Hey thanks Fright Boy! My display will be of a gingerbread candy house on the outside (a la Hansel and Gretel) but a charnel abbatoir on the inside, if that helps conjure ideas of what I am after. I am looking for the sounds of witches (three to be exact but not necessary, as long as there is more than one) howling, cackling and generally making crude, gutteral one or two-word remarks like "plump boy" or "nice and fat". Remember the green hag from the movie "Legend"? Like that basically. They are in a hut, so the sounds of a bubbling cauldron and chopping sounds would be very appropriate as well as maybe a cat screech here and there. Maybe a whimpering child as my display will also feature a caged young girl. Whatever else you can think of that would suit this is more than welcome, dripping noises are certainly good. 

As far as length goes, I guess around 5 minutes worth? I will be looping it so whatever you think is best.

Thanks again and please let me know if this is manageable.


----------



## Fright Boy (Oct 1, 2014)

*Sure, I can work something up. I can start on it Monday. I have grabbed some sounds from animated witches already from youtube. Witch Spells no extra charge. *


----------



## Acererak (Jun 1, 2011)

Fright Boy, I can't tell you how much I appreciate you doing this for me. I thought if I was lucky I'd get a link to a download or something, not customized work! Whatever you can come up with I am sure will be extremely helpful, so again I thank you. If there is any more info you need just ask.

Cheers!


----------



## fontgeek (Jul 24, 2006)

You might look for the sounds of animals eating to add into the mix. That would help with the slurping eating noises, beyond that the witches chants and the comments as you've already noted seem like they'd give you a pretty good start.
Will guests actually see the witches, or just hear them?


----------



## Acererak (Jun 1, 2011)

fontgeek said:


> You might look for the sounds of animals eating to add into the mix. That would help with the slurping eating noises, beyond that the witches chants and the comments as you've already noted seem like they'd give you a pretty good start.
> Will guests actually see the witches, or just hear them?
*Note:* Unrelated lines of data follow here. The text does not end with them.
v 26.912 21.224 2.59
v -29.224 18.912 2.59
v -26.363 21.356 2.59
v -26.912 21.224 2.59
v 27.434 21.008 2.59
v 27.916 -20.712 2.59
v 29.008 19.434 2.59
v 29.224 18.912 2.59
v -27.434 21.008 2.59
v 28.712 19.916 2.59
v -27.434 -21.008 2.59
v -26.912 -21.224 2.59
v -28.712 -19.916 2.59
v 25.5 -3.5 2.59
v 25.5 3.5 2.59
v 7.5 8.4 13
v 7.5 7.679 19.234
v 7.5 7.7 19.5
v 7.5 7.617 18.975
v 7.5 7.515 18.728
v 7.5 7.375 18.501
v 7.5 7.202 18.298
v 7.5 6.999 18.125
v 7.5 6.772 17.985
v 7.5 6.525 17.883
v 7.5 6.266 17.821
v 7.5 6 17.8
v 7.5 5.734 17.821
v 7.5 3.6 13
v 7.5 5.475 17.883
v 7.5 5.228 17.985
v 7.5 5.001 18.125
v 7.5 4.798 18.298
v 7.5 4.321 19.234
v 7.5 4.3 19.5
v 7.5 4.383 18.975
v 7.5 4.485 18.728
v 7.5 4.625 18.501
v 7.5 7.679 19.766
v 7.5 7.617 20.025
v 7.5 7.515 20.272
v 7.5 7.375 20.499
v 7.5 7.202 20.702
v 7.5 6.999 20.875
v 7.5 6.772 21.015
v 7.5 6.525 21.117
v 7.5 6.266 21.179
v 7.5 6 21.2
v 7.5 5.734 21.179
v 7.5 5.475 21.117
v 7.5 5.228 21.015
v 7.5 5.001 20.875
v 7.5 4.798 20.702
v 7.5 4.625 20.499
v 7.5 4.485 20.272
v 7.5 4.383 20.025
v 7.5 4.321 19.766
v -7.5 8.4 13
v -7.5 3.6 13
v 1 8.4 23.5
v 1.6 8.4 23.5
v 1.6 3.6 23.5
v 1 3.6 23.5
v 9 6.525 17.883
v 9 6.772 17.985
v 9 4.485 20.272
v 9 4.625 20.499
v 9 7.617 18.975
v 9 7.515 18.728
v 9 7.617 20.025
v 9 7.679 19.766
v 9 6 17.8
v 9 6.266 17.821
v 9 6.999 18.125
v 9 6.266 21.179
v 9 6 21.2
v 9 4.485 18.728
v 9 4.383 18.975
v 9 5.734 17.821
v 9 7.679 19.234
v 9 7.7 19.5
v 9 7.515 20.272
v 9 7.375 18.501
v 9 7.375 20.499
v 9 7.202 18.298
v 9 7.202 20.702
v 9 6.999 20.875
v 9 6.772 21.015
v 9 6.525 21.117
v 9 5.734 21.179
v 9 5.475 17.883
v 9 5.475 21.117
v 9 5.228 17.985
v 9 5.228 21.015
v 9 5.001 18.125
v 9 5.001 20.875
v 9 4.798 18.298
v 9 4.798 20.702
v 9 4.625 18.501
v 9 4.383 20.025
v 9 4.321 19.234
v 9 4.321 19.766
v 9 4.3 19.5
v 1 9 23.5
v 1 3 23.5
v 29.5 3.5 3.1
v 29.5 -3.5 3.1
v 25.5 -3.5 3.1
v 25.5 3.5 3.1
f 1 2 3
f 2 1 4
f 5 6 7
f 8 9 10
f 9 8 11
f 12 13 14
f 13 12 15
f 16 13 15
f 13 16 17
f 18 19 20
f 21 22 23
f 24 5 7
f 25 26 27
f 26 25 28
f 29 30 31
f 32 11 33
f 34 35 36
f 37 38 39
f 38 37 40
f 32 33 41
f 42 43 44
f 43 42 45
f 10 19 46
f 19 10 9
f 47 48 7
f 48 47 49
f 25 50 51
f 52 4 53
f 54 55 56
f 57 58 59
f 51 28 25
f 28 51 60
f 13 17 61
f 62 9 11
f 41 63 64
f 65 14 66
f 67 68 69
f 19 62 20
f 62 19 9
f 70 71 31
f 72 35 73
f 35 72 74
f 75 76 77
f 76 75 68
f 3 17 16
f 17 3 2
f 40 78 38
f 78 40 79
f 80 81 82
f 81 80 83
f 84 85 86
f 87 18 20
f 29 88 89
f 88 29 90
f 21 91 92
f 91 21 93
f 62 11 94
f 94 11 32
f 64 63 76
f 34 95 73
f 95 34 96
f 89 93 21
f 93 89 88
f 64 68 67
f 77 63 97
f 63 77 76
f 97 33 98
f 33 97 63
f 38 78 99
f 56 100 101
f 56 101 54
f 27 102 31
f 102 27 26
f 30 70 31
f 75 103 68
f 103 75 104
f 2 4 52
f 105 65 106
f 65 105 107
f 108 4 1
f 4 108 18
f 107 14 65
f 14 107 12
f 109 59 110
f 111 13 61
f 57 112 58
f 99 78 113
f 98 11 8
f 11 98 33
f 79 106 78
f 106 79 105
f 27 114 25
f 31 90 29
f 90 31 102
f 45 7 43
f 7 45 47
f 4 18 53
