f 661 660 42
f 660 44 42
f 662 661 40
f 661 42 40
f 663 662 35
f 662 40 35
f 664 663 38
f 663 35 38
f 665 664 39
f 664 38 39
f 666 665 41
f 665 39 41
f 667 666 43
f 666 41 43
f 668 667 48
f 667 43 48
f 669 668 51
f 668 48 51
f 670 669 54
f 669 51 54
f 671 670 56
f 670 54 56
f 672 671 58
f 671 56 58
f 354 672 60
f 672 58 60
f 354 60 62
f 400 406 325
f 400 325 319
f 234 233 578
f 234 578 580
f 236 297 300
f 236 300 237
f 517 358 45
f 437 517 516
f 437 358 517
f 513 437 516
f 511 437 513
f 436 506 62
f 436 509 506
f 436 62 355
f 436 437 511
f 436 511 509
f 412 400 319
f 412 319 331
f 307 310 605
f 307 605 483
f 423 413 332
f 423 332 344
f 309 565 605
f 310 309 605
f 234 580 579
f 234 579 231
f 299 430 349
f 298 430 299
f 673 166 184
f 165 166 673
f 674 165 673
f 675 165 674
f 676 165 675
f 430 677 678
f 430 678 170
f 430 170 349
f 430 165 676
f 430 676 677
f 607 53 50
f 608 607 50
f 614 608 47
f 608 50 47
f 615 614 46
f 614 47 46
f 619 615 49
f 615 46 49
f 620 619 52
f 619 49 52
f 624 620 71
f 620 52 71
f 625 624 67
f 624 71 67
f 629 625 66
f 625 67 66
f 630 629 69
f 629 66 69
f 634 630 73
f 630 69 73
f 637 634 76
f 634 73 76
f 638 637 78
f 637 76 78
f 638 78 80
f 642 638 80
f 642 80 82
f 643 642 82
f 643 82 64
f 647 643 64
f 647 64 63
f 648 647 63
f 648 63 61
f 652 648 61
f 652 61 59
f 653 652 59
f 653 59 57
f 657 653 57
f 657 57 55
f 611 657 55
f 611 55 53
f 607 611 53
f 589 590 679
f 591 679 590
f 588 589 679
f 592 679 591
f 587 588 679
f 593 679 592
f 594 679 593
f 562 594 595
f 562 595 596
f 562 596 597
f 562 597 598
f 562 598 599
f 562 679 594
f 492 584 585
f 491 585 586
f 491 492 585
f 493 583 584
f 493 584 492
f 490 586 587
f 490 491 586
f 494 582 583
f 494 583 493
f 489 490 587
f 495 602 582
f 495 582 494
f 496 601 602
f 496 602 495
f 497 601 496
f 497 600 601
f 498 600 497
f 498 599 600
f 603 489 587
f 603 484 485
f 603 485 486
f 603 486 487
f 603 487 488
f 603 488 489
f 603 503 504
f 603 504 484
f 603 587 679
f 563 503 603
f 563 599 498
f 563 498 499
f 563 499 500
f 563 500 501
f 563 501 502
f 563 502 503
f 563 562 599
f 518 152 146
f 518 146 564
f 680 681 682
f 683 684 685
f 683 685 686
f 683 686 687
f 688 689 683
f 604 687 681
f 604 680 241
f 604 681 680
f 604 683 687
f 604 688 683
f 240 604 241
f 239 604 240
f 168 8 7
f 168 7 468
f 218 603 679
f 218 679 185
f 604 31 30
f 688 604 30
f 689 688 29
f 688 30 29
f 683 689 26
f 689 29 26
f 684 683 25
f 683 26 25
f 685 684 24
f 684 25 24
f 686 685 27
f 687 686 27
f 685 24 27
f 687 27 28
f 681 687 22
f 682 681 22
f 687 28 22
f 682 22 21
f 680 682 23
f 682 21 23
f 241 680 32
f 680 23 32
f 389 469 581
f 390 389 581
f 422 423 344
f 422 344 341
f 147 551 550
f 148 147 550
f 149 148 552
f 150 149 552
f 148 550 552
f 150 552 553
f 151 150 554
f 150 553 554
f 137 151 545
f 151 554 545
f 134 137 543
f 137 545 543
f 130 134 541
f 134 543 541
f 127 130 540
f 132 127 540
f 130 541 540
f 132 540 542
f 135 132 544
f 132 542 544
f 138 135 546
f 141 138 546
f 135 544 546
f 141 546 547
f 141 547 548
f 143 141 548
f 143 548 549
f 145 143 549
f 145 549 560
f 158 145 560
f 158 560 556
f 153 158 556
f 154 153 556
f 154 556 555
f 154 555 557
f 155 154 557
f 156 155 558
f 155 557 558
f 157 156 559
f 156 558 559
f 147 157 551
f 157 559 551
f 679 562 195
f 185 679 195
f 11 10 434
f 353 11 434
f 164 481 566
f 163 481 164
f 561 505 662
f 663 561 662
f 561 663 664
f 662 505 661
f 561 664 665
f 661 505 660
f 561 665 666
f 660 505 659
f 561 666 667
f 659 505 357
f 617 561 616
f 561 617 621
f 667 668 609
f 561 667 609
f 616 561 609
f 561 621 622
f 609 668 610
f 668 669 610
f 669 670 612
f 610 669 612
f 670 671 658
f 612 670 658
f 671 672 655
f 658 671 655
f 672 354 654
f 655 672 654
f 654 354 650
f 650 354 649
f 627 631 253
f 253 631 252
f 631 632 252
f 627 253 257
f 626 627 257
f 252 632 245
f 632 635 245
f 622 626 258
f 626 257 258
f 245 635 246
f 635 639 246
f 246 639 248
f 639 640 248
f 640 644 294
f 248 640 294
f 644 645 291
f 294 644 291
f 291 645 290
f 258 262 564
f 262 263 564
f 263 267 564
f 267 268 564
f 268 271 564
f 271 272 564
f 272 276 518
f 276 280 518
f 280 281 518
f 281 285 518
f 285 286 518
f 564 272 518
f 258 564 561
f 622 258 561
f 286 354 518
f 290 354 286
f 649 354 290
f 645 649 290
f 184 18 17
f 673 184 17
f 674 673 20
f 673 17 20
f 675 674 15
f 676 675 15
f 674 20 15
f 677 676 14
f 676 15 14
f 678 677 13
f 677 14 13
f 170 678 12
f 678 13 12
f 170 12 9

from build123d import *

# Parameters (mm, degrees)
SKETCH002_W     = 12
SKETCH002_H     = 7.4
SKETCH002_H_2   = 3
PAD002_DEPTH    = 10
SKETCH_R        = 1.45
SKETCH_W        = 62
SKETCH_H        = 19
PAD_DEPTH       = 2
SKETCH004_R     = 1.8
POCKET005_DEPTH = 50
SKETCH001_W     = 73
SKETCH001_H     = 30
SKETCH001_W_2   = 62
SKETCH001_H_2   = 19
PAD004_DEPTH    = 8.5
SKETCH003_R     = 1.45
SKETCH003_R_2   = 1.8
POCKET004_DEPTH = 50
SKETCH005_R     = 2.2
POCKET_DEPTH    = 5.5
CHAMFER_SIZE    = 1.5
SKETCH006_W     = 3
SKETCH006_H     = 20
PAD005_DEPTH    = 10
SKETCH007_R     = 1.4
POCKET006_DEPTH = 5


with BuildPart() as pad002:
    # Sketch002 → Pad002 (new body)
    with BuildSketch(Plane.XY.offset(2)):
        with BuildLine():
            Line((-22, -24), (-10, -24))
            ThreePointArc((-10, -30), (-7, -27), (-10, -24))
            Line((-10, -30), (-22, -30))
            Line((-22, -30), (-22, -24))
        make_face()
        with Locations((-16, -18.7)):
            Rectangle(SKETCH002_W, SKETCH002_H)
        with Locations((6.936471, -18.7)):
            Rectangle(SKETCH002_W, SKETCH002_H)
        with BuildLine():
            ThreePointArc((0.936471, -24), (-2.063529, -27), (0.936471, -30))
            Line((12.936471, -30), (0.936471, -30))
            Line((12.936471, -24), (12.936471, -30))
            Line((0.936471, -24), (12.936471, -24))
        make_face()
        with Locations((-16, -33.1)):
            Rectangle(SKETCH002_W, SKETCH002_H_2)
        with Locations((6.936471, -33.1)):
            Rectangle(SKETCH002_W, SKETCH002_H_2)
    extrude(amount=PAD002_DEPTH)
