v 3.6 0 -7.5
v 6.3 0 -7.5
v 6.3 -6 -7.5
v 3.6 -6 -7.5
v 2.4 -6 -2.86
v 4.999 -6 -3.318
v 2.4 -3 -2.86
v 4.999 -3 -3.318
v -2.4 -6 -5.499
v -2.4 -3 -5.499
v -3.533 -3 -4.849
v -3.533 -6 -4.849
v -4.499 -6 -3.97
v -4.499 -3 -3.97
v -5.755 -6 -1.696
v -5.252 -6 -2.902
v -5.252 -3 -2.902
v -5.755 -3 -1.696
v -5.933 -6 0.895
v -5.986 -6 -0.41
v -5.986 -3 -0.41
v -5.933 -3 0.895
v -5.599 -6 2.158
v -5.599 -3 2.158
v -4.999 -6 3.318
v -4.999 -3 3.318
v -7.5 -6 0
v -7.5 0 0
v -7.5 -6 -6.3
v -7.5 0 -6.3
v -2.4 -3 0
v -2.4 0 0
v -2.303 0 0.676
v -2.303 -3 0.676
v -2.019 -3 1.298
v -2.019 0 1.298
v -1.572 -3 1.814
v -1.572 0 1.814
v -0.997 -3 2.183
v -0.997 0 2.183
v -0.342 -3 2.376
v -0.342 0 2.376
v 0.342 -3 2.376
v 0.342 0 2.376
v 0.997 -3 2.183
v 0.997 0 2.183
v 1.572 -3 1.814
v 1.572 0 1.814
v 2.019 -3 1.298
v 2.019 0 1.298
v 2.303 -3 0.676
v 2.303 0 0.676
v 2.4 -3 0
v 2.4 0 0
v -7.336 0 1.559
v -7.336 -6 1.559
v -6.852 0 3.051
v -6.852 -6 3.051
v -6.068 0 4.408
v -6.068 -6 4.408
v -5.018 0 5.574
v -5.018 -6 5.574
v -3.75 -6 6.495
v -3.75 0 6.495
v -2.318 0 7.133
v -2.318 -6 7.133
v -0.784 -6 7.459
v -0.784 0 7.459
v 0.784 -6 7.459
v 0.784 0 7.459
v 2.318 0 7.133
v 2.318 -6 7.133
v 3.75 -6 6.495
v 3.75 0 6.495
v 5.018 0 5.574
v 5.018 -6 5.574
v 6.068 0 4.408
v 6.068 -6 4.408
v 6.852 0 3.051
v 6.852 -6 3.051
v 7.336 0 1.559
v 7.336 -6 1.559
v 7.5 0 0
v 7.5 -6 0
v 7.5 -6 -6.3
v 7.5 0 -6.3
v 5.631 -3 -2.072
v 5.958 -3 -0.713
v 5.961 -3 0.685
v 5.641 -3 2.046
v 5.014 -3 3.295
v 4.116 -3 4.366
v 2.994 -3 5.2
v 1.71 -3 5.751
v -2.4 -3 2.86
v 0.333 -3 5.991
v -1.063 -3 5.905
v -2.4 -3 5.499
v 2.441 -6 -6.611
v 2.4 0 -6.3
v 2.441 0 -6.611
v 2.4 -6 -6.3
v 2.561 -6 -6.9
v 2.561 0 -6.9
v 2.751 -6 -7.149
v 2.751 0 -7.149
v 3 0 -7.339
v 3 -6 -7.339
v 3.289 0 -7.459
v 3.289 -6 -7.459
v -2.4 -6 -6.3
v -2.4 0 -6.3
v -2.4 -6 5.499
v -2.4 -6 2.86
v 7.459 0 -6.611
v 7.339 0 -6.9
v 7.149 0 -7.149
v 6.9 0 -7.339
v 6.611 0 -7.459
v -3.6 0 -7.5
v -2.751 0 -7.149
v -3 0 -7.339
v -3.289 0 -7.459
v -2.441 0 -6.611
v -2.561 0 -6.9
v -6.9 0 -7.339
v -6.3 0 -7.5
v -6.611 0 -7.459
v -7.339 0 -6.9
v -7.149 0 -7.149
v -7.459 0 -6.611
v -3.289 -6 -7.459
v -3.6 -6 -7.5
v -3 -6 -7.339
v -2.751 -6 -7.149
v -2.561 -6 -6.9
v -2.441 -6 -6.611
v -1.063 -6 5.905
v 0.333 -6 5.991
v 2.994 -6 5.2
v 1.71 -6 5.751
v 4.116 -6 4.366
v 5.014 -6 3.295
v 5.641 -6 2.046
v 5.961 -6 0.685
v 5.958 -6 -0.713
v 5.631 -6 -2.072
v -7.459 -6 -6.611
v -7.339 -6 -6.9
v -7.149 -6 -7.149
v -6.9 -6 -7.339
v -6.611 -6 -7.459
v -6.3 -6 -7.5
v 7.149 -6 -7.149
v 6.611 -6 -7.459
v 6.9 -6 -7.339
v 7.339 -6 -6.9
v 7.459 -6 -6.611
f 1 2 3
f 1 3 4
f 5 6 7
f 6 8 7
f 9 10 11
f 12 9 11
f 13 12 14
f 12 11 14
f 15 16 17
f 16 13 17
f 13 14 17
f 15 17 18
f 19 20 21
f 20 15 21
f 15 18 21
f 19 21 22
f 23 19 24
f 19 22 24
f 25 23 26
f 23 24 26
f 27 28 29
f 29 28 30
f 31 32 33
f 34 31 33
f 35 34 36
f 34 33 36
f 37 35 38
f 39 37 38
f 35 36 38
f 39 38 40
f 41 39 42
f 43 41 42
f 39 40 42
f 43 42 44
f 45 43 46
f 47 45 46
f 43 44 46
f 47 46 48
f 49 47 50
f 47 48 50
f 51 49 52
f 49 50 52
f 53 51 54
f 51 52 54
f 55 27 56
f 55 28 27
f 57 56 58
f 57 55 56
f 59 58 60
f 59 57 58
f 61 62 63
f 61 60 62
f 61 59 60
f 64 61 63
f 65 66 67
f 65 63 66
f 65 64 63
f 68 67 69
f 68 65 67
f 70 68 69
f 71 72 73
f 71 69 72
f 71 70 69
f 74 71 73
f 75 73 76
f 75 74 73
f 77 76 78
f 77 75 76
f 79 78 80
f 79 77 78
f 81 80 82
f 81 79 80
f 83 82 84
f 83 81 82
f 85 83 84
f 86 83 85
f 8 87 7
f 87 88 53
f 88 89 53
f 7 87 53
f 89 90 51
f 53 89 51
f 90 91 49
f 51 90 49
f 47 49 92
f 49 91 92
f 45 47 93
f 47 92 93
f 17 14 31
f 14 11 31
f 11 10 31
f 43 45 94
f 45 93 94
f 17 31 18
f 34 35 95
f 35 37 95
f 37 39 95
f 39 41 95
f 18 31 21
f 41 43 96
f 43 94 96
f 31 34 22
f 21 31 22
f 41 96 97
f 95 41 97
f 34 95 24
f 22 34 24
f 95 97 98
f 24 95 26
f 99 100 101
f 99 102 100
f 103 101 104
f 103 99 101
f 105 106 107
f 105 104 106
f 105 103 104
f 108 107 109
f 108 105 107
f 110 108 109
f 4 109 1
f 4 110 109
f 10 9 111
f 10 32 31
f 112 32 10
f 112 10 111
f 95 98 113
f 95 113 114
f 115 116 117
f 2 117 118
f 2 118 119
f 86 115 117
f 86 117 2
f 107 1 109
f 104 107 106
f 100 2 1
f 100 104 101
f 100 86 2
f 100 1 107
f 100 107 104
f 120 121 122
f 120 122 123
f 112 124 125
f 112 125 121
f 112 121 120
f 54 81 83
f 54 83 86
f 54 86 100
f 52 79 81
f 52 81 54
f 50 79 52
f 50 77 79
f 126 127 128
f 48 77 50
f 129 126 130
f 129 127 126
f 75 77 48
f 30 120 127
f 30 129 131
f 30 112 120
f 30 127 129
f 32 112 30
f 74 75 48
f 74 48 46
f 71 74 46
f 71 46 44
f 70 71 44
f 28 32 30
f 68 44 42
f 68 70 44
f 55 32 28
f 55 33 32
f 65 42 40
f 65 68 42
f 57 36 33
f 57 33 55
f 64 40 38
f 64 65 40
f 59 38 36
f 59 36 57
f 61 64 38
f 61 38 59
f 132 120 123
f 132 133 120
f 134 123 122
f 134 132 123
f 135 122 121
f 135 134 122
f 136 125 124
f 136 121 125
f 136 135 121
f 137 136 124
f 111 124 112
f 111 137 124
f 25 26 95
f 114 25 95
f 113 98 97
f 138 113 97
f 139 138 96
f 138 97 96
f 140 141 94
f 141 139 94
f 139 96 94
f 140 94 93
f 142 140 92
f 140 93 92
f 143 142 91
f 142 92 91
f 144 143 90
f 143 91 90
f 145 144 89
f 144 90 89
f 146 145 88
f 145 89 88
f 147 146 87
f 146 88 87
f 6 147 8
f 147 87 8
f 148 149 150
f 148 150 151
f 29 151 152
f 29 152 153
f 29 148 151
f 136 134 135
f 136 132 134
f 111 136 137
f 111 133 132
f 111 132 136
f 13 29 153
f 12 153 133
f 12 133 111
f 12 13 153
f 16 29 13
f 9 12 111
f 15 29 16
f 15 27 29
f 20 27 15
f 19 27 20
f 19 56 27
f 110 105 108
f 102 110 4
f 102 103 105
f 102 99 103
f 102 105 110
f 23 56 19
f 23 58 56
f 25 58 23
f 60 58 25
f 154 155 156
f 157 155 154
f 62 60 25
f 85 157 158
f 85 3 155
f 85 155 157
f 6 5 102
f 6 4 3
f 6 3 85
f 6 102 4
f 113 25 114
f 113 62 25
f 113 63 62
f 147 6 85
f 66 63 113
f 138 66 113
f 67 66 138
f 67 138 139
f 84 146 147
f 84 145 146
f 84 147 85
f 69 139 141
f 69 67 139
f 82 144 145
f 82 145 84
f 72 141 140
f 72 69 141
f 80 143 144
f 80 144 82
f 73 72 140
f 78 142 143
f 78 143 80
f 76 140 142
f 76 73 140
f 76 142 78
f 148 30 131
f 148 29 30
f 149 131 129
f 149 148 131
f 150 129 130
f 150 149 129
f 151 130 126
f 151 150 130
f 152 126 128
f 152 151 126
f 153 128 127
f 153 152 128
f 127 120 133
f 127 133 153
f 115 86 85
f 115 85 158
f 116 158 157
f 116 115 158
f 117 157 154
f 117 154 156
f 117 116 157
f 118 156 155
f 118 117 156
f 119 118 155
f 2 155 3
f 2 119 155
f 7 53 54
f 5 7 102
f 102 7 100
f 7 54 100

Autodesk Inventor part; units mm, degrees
ref_plane "YZ Plane" through (0, 0, 0) normal (1, 0, 0) x (0, 1, 0)
ref_plane "XZ Plane" through (0, 0, 0) normal (0, 1, 0) x (-1, 0, 0)
ref_plane "XY Plane" through (0, 0, 0) normal (0, 0, 1) x (1, 0, 0)
sketch "Sketch1" plane through (0, 0, 0) normal (0, 1, 0) x (-1, 0, 0)
  arc A0 (7.5, 0) -> (-7.5, 0) centre (0, 0) ccw
  arc A1 (2.4, 0) -> (-2.4, 0) centre (0, 0) ccw
  line L0 (-7.5, 0) -> (7.5, 0) construction
  line L1 (0, 0) -> (0, 11.6178) construction
  line L2 (-7.5, 0) -> (-7.5, -7.5)
  line L3 (-2.4, 0) -> (-2.4, -7.5)
  line L4 (2.4, 0) -> (2.4, -7.5)
  line L5 (7.5, 0) -> (7.5, -7.5)
  line L6 (-7.5, -7.5) -> (-2.4, -7.5)
  line L7 (2.4, -7.5) -> (7.5, -7.5)
  dimension "d0" = 15
  dimension "d2" = 7.5
  dimension "d3" = 4.8
  dimension "d6" = 7.5
  dimension "d8" = 7.5
extrude "Extrusion1" add sketch "Sketch1" against normal blind 3
sketch "Sketch2" plane through (0, -3, 0) normal (0, -1, 0) x (1, 0, 0)
  arc A0 (7.5, 0) -> (-7.5, 0) centre (0, 0) ccw projected
  line L0 (-7.5, 0) -> (-7.5, -7.5) projected
  line L1 (-2.4, -7.5) -> (-2.4, 0) projected
  arc A1 (2.4, 0) -> (-2.4, 0) centre (0, 0) ccw projected
  line L2 (2.4, 0) -> (2.4, -7.5) projected
  line L3 (7.5, -7.5) -> (7.5, 0) projected
  arc A2 (2.4, -5.4991) -> (-2.4, -5.4991) centre (0, 0) ccw
  arc A3 (7.5, 0) -> (-7.5, 0) centre (0, 0) ccw
  line L4 (-7.5, 0) -> (-7.5, -7.5)
  line L5 (-2.4, -7.5) -> (-2.4, -5.4991)
  line L6 (2.4, -5.4991) -> (2.4, -7.5)
  line L7 (7.5, -7.5) -> (7.5, 0)
  line L8 (-7.5, -7.5) -> (-2.4, -7.5)
  line L9 (2.4, -7.5) -> (7.5, -7.5)
  dimension "d11" = 6
extrude "Extrusion2" add sketch "Sketch2" along normal blind 3 contours L3 L9 L2 A2 L1 L8 L0 A0
fillet "Fillet1" radius 1.2 1 edges at (7.5, -3, -7.5)
fillet "Fillet2" radius 1.2 3 edges at (2.4, -3, -7.5) (-2.4, -3, -7.5) (-7.5, -3, -7.5)
sketch "Sketch3" plane through (0, -3, 0) normal (0, -1, 0) x (1, 0, 0)
  arc A0 (2.4, -5.4991) -> (-2.4, -5.4991) centre (0, 0) ccw projected
  line L0 (-2.4, -5.4991) -> (-2.4, 0) projected
  arc A1 (2.4, 0) -> (-2.4, 0) centre (0, 0) ccw projected
  line L1 (2.4, 0) -> (2.4, -5.4991) projected
  line L2 (0, 13.9059) -> (0, -15.9339) construction
  line L3 (-15.9969, 0.3837) -> (17.7517, -5.5671) construction
  line L4 (-15.1634, 5.1107) -> (18.5852, -0.84) construction
  line L5 (-2.4, -15.573) -> (-2.4, 20.0388) construction
  line L6 (2.4, -5.4991) -> (2.4, -2.8602)
  line L7 (4.9988, -3.3184) -> (2.4, -2.8602)
  line L8 (-4.9988, 3.3184) -> (-2.4, 2.8602)
  line L9 (-2.4, 5.4991) -> (-2.4, 2.8602)
  arc A2 (-3, 5.1962) -> (-4.9988, 3.3184) centre (0, 0) ccw
  arc A3 (2.4, -5.4991) -> (4.9988, -3.3184) centre (0, 0) ccw
  dimension "d27" = 80
extrude "Extrusion3" add sketch "Sketch3" along normal blind 3 contours L1 L7 A0 | L9 L8 A0
equation "\"d0\" = HeadConnectorOuterSize"
equation "\"d2\" = 0.5 * HeadConnectorOuterSize"
equation "\"d3\" = HeadConnectorWidth"
equation "\"d6\" = 0.5 * HeadConnectorOuterSize"
equation "\"d8\" = 0.5 * HeadConnectorOuterSize"
equation "\"d9\" = HeadConnectorOuterHeight"
equation "\"d11\" = 0.5 * HeadConnectorDiam"
equation "\"d12\" = HeadConnectorHeight"
equation "\"d14\" = 2 * HeadConnectorProportion"
equation "\"d15\" = 2 * HeadConnectorProportion"
equation "\"d28\" = HeadConnectorHeight"
equation "\"HeadConnectorDiam\" = 20 * HeadConnectorProportion"
equation "\"HeadConnectorWidth\" = 8 * HeadConnectorProportion"
equation "\"HeadConnectorOuterSize\" = 25 * HeadConnectorProportion"
equation "\"HeadConnectorHeight\" = 5 * HeadConnectorProportion"
equation "\"HeadConnectorOuterHeight\" = 5 * HeadConnectorProportion"
equation "\"HeadConnectorTolerance\" = 0.2"
equation "\"HeadConnectorProportion\" = 0.6"
properties part number "HeadConnector"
 Yes, the guests will walk through the inside of the hut where I will have three static witch props around a large cauldron. The rest of the inside of the hut will be decorated with body parts, witch paraphernalia (books, bats, potions, etc.) as well as the caged child I mentioned. We are still in the process of putting this display together, so I have no pictures to post yet.


----------



## Hellspawn (Oct 13, 2006)

Id really be interested in this as well, I'm trying to get away from the "classic" witch sound track that everyone does, something a little darker would be amazing.


----------



## Fright Boy (Oct 1, 2014)

*If you have some ideas of some more things for the witches to say they would be very helpful. Getting a late start on it. I forgot that I had taken the begining of the week off. I was thinking of her maybe looking for ingredients; "Looks like I am almost out of Eye of Newt." Hard to come up with things for her to say with out them sounding corny or too morbid.
*


----------



## fontgeek (Jul 24, 2006)

Maybe comments about cooking times, spices (needed and or overused), comments on the quality of the meat, favorite cuts, etc.?
The spices or ingredients can be as simple or exotic as you want to get.


----------



## Acererak (Jun 1, 2011)

Fright Boy said:


> *If you have some ideas of some more things for the witches to say they would be very helpful. Getting a late start on it. I forgot that I had taken the begining of the week off. I was thinking of her maybe looking for ingredients; "Looks like I am almost out of Eye of Newt." Hard to come up with things for her to say with out them sounding corny or too morbid.
> *


I have come up with a few personality types for my witches, they are basically archetypes but with a more macabre bent. Witch #1 is the oldest of the sisters, she is the more intelligent of the three and the "voice of reason' but also the most cruel and sadistic. Witch #2 is the tall skinny one who is the most flamboyant and boisterous, but not very bright. Witch #3 is by far the most savage and bloodthirsty, eager to eat and kill (in that order). Here is some sample dialogue that I devised:

Witch #2: "Oooh look, some pretty children have come to visit us. Throw them in the pot!"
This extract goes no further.